A bold and haunting debut story collection that follows various characters as they navigate the day-to-day perils of Jim Crow racism, from Diane Oliver, a missing figure in the canon of twentieth-century African American literature
A remarkable talent far ahead of her time, Diane Oliver died in 1966 at the age of 22, leaving behind these crisply told and often chilling tales that explore race and racism in 1950s and 60s America. In this first and only collection by a masterful storyteller finally taking her rightful place in the canon, Oliver’s insightful stories reverberate into the present day.

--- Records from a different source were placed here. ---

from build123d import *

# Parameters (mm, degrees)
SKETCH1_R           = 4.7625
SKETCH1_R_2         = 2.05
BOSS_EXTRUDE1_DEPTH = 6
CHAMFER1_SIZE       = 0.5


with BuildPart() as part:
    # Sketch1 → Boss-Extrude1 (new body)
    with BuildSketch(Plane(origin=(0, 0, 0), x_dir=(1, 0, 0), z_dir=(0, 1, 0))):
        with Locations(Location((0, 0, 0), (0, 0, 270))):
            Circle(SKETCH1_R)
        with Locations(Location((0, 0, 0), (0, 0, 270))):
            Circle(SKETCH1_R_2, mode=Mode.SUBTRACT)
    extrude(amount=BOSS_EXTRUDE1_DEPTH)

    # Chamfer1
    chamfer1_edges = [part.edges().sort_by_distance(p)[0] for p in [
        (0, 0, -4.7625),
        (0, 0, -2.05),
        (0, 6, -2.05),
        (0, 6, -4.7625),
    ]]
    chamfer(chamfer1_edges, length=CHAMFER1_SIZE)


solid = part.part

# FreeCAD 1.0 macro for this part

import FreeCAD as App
import Part
import Sketcher
Q = App.Units.Quantity


def edges_at(feature, points):
    """Names of the edges that pass closest to the given points."""
    edges = feature.Shape.Edges
    near = lambda p: min(range(len(edges)), key=lambda i: edges[i].distToShape(Part.Vertex(*p))[0])
    return sorted({f"Edge{near(p) + 1}" for p in points})

doc = App.newDocument("Part")
body = doc.addObject("PartDesign::Body", "Body")

# Sketch on XZ plane
sketch1 = body.newObject("Sketcher::SketchObject", "Sketch")
sketch1.AttachmentSupport = (doc.getObject("XZ_Plane"), [""])
sketch1.MapMode = "FlatFace"
sketch1.addGeometry([
    Part.Circle(App.Vector(0, 0, 0), App.Vector(0, 0, 1), 4.8),
    Part.Circle(App.Vector(0, 0, 0), App.Vector(0, 0, 1), 2),
], False)
sketch1.addConstraint([
    Sketcher.Constraint("Coincident", 0, 3, -1, 1),
    Sketcher.Constraint("Coincident", 1, 3, -1, 1),
    Sketcher.Constraint("Diameter", 1, Q("4.1 mm")),
    Sketcher.Constraint("Diameter", 0, Q("9.525 mm")),
])
pad1 = body.newObject("PartDesign::Pad", "Pad")
pad1.Profile = sketch1
pad1.Length = 6
pad1.Reversed = True
doc.recompute()

chamfer = body.newObject("PartDesign::Chamfer", "Chamfer")
chamfer.Base = (pad1, edges_at(pad1, [
    (0, 0, -4.763),
    (0, 0, -2.05),
    (0, 6, -2.05),
    (0, 6, -4.763),
]))
chamfer.Size = 0.5

doc.recompute()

There’s the nightmarish “The Closet on the Top Floor” in which Winifred, the first Black student at her newly integrated college, starts to physically disappear. In “Mint Juleps Not Served Here,” a couple living deep in a forest with their son go to bloody lengths to protect him. “Spiders Cry without Tears,” tells of a couple, Meg and Walt, who are confronted by prejudices and strains of interracial and extramarital love. The high-tension titular story follows a nervous older sister the night before her little brother is set to desegregate his school.
These are incisive and intimate portraits of African American families in everyday moments of anxiety and crisis that look at how they use agency to navigate their predicaments. As much a social and historical document as it is a taut, engrossing collection, this is an exceptional literary feat from a crucial once-lost figure of letters.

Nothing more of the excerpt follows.